Nonetheless, the Grammys continue to influence record-buyers like no other music awards show. Here's a look at which artists in some of the major categories will be celebrating into the wee hours Wednesday night:
RECORD OF THE YEAR: The Grammys blew it last year by bypassing Macy Gray for best new artist. They'll make it up to her by tapping her terrific single "I Try" over entries from Destiny's Child, U2, Madonna and 'N Sync.
ALBUM OF THE YEAR: Eminem is too controversial to win, and Beck and Radiohead are relatively unknown to the Grammy voters and should cancel each other out (though Radiohead's experimental dreamscape, "Kid A," is clearly the best of the nominated albums). That leaves old pros Paul Simon, who has won 12 Grammys previously, and Steely Dan, who have yet to win a single statue. Expect Simon to win on the strength of the good but not great "You're the One."
SONG OF THE YEAR: Macy Gray's evocative, lyrically deft tunes have started to show up on other artists' albums, from Wynonna to Rod Stewart, and in a category honoring songwritring she should be a lock for "I Try."
NEW ARTIST: This category is a perennial joke, because nominees often put out albums long before hitting the Grammy radar screen. Shelby Lynne is on her fifth album, and Sisquo was a member of the best-selling R&B group Dru Hill before making his solo debut. Lynne's country-soul sound has plenty of advocates, but Jill Scott matched critical acclaim with healthy sales for her simmering soul debut, "Who is Jill Scott? Words and Sounds Vol. 1."
ROCK ALBUM: Bon Jovi? Matchbox Twenty? No Doubt? Was the year in rock really that ugly? At the Drive-In might have something to say about that, but they weren't nominated. Of those albums that made the cut, Rage Against the Machine's "The Battle of Los Angeles" is the clear standout, but the recently splintered group has made plenty of enemies with its sometimes muddled left-of-Castro politics. That leaves the door open for the Foo Fighters' "There is Nothing Left to Lose."
ALTERNATIVE ALBUM: Radiohead and Beck duke it out again. Radiohead's "Kid A" is the stronger work, but Beck ("Midnight Vultures") may have better name recognition among the voters.
R&B ALBUM: If D'Angelo's "Voodoo" doesn't walk away with this award over Boyz II Men, Toni Braxton, Joe and Sisquo, the Grammy voters ought to set up an after-show dunk tank for themselves in the parking lot.
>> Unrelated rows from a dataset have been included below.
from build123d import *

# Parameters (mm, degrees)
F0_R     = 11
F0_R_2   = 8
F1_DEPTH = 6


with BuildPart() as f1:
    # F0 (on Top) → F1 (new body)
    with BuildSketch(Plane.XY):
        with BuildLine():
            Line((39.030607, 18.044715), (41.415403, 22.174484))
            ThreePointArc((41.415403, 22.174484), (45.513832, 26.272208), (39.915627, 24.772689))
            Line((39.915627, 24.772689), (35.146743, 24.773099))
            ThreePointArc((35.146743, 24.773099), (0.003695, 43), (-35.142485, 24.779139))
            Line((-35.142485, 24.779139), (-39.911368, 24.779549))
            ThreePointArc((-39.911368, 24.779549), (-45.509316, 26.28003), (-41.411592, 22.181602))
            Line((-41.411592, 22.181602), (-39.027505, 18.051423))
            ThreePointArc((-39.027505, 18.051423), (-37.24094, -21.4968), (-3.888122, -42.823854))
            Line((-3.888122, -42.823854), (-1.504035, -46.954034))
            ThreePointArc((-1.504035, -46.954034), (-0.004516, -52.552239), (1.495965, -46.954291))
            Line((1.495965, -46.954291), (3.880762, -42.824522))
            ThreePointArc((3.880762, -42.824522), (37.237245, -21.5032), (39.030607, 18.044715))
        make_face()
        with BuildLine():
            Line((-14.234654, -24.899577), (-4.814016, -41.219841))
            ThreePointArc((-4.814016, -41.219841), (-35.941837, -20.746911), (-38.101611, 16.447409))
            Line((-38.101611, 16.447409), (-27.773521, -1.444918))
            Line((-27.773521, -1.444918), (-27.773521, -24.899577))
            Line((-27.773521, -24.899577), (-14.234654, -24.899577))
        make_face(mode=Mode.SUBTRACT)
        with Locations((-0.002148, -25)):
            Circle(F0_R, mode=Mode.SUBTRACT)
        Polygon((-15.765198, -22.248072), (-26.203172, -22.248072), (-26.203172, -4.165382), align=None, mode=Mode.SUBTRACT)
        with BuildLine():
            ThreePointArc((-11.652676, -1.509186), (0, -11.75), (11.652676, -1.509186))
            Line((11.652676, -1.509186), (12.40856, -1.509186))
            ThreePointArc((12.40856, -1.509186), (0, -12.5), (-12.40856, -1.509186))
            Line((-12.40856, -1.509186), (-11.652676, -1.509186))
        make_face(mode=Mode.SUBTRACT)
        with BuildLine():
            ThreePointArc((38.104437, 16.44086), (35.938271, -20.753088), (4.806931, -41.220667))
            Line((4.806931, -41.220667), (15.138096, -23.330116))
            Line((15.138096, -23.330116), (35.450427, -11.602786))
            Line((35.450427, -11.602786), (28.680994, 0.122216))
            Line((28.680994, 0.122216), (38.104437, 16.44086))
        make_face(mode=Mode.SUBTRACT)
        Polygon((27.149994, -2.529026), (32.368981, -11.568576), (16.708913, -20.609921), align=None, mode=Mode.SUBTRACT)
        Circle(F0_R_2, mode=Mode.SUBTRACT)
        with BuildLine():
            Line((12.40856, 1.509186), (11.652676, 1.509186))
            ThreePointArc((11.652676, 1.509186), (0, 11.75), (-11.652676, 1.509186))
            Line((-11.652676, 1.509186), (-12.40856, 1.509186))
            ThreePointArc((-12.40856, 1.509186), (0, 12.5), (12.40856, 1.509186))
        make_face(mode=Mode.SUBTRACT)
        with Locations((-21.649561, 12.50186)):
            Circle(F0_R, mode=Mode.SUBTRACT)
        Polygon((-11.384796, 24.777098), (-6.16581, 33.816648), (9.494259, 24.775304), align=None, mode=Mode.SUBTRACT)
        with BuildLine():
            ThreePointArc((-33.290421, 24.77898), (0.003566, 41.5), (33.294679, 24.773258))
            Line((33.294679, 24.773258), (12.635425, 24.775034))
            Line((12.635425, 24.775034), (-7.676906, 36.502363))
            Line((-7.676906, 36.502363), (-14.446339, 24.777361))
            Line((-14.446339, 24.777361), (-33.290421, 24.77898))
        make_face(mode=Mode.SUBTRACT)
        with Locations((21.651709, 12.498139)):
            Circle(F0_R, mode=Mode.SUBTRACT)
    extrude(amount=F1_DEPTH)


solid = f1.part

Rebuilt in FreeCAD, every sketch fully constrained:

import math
import FreeCAD as App
import Part
import Sketcher
from FreeCAD import Vector
Q = App.Units.Quantity


def add_polygon(sketch, points):
    """Adds a closed chain of lines whose ends are joined by coincident constraints."""
    first, n = sketch.GeometryCount, len(points)
    for a, b in zip(points, points[1:] + points[:1]):
        sketch.addGeometry(Part.LineSegment(App.Vector(*a, 0), App.Vector(*b, 0)), False)
    for i in range(n):
        sketch.addConstraint(Sketcher.Constraint("Coincident", first + i, 2, first + (i + 1) % n, 1))

doc = App.newDocument("Part")
body = doc.addObject("PartDesign::Body", "Body")

sketch1 = doc.addObject("Sketcher::SketchObject", "Sketch")
body.addObject(sketch1)
sketch1.AttachmentSupport = (doc.XY_Plane, [""])
sketch1.MapMode = "FlatFace"
sketch1.addGeometry(Part.LineSegment(Vector(39.030607, 18.044715, 0), Vector(41.415403, 22.174484, 0)), False)
sketch1.addGeometry(Part.ArcOfCircle(Part.Circle(Vector(42.915627, 24.772431, 0), Vector(0, 0, 1), 3), math.radians(-120.00494), math.radians(179.995071)), False)
sketch1.addGeometry(Part.LineSegment(Vector(39.915627, 24.772689, 0), Vector(35.146743, 24.773099, 0)), False)
sketch1.addGeometry(Part.ArcOfCircle(Part.Circle(Vector(0, 0.000001, 0), Vector(0, 0, 1), 42.999999), math.radians(35.178004), math.radians(144.812149)), False)
sketch1.addGeometry(Part.LineSegment(Vector(-35.142485, 24.779139, 0), Vector(-39.911368, 24.779549, 0)), False)
sketch1.addGeometry(Part.ArcOfCircle(Part.Circle(Vector(-42.911368, 24.779808, 0), Vector(0, 0, 1), 3), math.radians(-0.004939), math.radians(299.995061)), False)
sketch1.addGeometry(Part.LineSegment(Vector(-41.411592, 22.181602, 0), Vector(-39.027505, 18.051423, 0)), False)
sketch1.addGeometry(Part.ArcOfCircle(Part.Circle(Vector(-0.000001, 0, 0), Vector(0, 0, 1), 42.999999), math.radians(155.178004), math.radians(264.812148)), False)
sketch1.addGeometry(Part.LineSegment(Vector(-3.888122, -42.823854, 0), Vector(-1.504035, -46.954034, 0)), False)
sketch1.addGeometry(Part.ArcOfCircle(Part.Circle(Vector(-0.004258, -49.552239, 0), Vector(0, 0, 1), 3), math.radians(119.99509), math.radians(419.995093)), False)
sketch1.addGeometry(Part.LineSegment(Vector(1.495965, -46.954291, 0), Vector(3.880762, -42.824522, 0)), False)
sketch1.addGeometry(Part.ArcOfCircle(Part.Circle(Vector(0, 0, 0), Vector(0, 0, 1), 43), math.radians(-84.821995), math.radians(24.812148)), False)
sketch1.addGeometry(Part.Circle(Vector(-0.002148, -25, 0), Vector(0, 0, 1), 11), False)
add_polygon(sketch1, [(-26.203172, -4.165382), (-15.765198, -22.248072), (-26.203172, -22.248072)])
sketch1.addGeometry(Part.LineSegment(Vector(-27.773521, -24.899577, 0), Vector(-14.234654, -24.899577, 0)), False)
sketch1.addGeometry(Part.LineSegment(Vector(-14.234654, -24.899577, 0), Vector(-4.814016, -41.219841, 0)), False)
sketch1.addGeometry(Part.ArcOfCircle(Part.Circle(Vector(0.000002, 0.000001, 0), Vector(0, 0, 1), 41.500002), math.radians(156.651484), math.radians(263.338669)), False)
sketch1.addGeometry(Part.LineSegment(Vector(-38.101611, 16.447409, 0), Vector(-27.773521, -1.444918, 0)), False)
sketch1.addGeometry(Part.LineSegment(Vector(-27.773521, -1.444918, 0), Vector(-27.773521, -24.899577, 0)), False)
sketch1.addGeometry(Part.LineSegment(Vector(-12.40856, -1.509186, 0), Vector(-11.652676, -1.509186, 0)), False)
sketch1.addGeometry(Part.ArcOfCircle(Part.Circle(Vector(0, 0, 0), Vector(0, 0, 1), 11.75), math.radians(-172.620466), math.radians(-7.379534)), False)
sketch1.addGeometry(Part.LineSegment(Vector(11.652676, -1.509186, 0), Vector(12.40856, -1.509186, 0)), False)
sketch1.addGeometry(Part.ArcOfCircle(Part.Circle(Vector(0, 0, 0), Vector(0, 0, 1), 12.5), math.radians(-173.065483), math.radians(-6.934517)), False)
sketch1.addGeometry(Part.Circle(Vector(0, 0, 0), Vector(0, 0, 1), 8), False)
sketch1.addGeometry(Part.LineSegment(Vector(28.680994, 0.122216, 0), Vector(38.104437, 16.44086, 0)), False)
sketch1.addGeometry(Part.ArcOfCircle(Part.Circle(Vector(0, 0, 0), Vector(0, 0, 1), 41.5), math.radians(-83.348519), math.radians(23.338671)), False)
sketch1.addGeometry(Part.LineSegment(Vector(4.806931, -41.220667, 0), Vector(15.138096, -23.330116, 0)), False)
sketch1.addGeometry(Part.LineSegment(Vector(15.138096, -23.330116, 0), Vector(35.450427, -11.602786, 0)), False)
sketch1.addGeometry(Part.LineSegment(Vector(35.450427, -11.602786, 0), Vector(28.680994, 0.122216, 0)), False)
add_polygon(sketch1, [(16.708913, -20.609921), (27.149994, -2.529026), (32.368981, -11.568576)])
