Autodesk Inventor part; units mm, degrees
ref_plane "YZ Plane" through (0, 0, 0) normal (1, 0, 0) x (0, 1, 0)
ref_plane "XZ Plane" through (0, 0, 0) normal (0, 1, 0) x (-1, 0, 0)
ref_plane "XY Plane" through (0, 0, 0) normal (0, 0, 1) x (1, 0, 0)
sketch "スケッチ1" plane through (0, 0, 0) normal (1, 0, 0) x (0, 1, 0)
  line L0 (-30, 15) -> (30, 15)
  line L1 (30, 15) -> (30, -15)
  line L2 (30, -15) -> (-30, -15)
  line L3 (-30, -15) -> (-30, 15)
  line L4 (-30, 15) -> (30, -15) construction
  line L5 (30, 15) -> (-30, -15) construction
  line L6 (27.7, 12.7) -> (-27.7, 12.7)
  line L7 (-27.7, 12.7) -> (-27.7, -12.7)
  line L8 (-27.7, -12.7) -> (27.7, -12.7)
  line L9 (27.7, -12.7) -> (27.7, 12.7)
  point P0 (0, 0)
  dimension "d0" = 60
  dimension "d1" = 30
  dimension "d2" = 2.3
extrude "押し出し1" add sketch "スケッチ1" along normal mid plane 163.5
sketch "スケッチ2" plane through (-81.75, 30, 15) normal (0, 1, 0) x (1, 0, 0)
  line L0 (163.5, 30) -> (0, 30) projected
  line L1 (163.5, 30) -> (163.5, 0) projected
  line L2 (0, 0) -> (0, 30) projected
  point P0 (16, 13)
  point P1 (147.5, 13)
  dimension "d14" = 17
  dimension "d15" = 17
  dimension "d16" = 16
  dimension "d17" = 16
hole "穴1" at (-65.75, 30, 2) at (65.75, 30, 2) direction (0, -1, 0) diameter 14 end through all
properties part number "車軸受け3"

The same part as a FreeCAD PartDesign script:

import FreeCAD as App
import Part
import Sketcher
from FreeCAD import Vector
Q = App.Units.Quantity


def add_polygon(sketch, points):
    """Adds a closed chain of lines whose ends are joined by coincident constraints."""
    first, n = sketch.GeometryCount, len(points)
    for a, b in zip(points, points[1:] + points[:1]):
        sketch.addGeometry(Part.LineSegment(App.Vector(*a, 0), App.Vector(*b, 0)), False)
    for i in range(n):
        sketch.addConstraint(Sketcher.Constraint("Coincident", first + i, 2, first + (i + 1) % n, 1))

doc = App.newDocument("Part")
body = doc.addObject("PartDesign::Body", "Body")

# Sketch on YZ plane
sketch1 = body.newObject("Sketcher::SketchObject", "Sketch")
sketch1.AttachmentSupport = (doc.getObject("YZ_Plane"), [""])
sketch1.MapMode = "FlatFace"
add_polygon(sketch1, [(30, 15), (-30, 15), (-30, -15), (30, -15)])  # lines 0-3
add_polygon(sketch1, [(-27.7, 12.7), (27.7, 12.7), (27.7, -12.7), (-27.7, -12.7)])  # lines 4-7
sketch1.addConstraint([
    Sketcher.Constraint("Horizontal", 0),
    Sketcher.Constraint("Vertical", 1),
    Sketcher.Constraint("Horizontal", 2),
    Sketcher.Constraint("Vertical", 3),
    Sketcher.Constraint("Horizontal", 4),
    Sketcher.Constraint("Vertical", 5),
    Sketcher.Constraint("Horizontal", 6),
    Sketcher.Constraint("Vertical", 7),
    Sketcher.Constraint("Symmetric", 0, 2, 2, 2, -1, 1),
    Sketcher.Constraint("Symmetric", 4, 2, 6, 2, -1, 1),
    Sketcher.Constraint("DistanceX", 0, 2, 0, 1, Q("60 mm")),
    Sketcher.Constraint("DistanceY", 1, 2, 1, 1, Q("30 mm")),
    Sketcher.Constraint("DistanceX", 4, 2, 3, 2, Q("2.3 mm")),
    Sketcher.Constraint("DistanceY", 4, 2, 3, 2, Q("2.3 mm")),
])
pad1 = body.newObject("PartDesign::Pad", "Pad")
pad1.Profile = sketch1
pad1.Length = 163.5
pad1.Midplane = True

# Sketch on XZ plane
sketch2 = body.newObject("Sketcher::SketchObject", "Sketch001")
sketch2.AttachmentSupport = (doc.getObject("XZ_Plane"), [""])
sketch2.MapMode = "FlatFace"
sketch2.AttachmentOffset = App.Placement(Vector(0, 0, -30), App.Rotation())
sketch2.addGeometry([
    Part.Circle(Vector(-65.75, 2, 0), Vector(0, 0, 1), 7),
    Part.Circle(Vector(65.75, 2, 0), Vector(0, 0, 1), 7),
], False)
sketch2.addConstraint([
    Sketcher.Constraint("Equal", 0, 1),
    Sketcher.Constraint("Symmetric", 0, 3, 1, 3, -2),
    Sketcher.Constraint("Diameter", 0, Q("14 mm")),
    Sketcher.Constraint("DistanceY", -1, 1, 0, 3, Q("2 mm")),
    Sketcher.Constraint("DistanceX", 0, 3, 1, 3, Q("131.5 mm")),
])
doc.recompute()
hole = body.newObject("PartDesign::Hole", "Hole")
hole.Profile = sketch2
hole.ThreadType = "None"
hole.Diameter = 14
hole.DepthType = "ThroughAll"
hole.Reversed = True

doc.recompute()
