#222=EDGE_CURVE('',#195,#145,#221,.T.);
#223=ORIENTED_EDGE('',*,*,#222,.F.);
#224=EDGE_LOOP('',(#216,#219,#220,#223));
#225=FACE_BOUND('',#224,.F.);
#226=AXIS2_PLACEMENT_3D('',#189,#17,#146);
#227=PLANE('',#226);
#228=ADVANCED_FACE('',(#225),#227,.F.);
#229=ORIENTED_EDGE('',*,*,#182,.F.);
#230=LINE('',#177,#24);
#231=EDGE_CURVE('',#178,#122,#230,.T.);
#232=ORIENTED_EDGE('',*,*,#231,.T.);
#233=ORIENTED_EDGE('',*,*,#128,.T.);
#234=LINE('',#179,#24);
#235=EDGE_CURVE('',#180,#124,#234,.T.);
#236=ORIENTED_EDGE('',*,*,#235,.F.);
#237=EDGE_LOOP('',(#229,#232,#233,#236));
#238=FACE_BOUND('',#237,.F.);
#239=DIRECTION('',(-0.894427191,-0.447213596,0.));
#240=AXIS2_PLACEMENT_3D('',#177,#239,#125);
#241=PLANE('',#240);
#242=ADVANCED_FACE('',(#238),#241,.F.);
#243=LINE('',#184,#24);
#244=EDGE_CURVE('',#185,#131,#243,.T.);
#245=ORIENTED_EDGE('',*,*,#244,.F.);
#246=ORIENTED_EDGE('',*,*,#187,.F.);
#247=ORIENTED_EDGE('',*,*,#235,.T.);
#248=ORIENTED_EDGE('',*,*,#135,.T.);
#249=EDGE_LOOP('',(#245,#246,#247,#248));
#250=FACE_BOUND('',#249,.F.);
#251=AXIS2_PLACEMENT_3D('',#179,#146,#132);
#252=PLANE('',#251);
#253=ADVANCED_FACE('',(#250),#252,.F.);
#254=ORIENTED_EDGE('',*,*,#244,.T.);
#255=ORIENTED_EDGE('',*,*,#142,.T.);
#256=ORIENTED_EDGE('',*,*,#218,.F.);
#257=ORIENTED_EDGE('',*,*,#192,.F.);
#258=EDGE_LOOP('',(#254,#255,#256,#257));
RAP ALBUM: The five nominees (DMX, Dr. Dre, Eminem, Jay-Z, Nelly) all had major commercial impact, but they represent a narrow sliver of the hip-hop world with their gangsta bravado. Too bad Common's "Like Water for Chocolate" or De La Soul's "Art Official Intelligence: Mosaic Thump" didn't make the cut, or that Outkast's "Stankonia" was released after the Sept. 30 eligibility deadline. In lieu of that, look for "Dr. Dre 2001" to beat out Eminem, because Dre's party raps don't have quite the nasty edge of his blue-eyed protege's.
COUNTRY ALBUM: Lee Ann Womack ("I Hope You Dance") and Trisha Yearwood ("Real Live Woman") are two of the finest Nashville singers of the last decade, but they're no match for the overhyped sex pot Faith Hill, whose "Breathe" will win on the basis of her steamy videos, if not the quality of her tissue-thin voice or the triteness of her lyrics.
CONTEMPORARY BLUES: The revered Koko Taylor should win her second Grammy for "Royal Blue," though the North Mississippi Allstars did more than any single act to shake up the genre with the fierce trance-boogie of "Shake Hands With Shorty."
Kot is the Chicago Tribune's rock critic.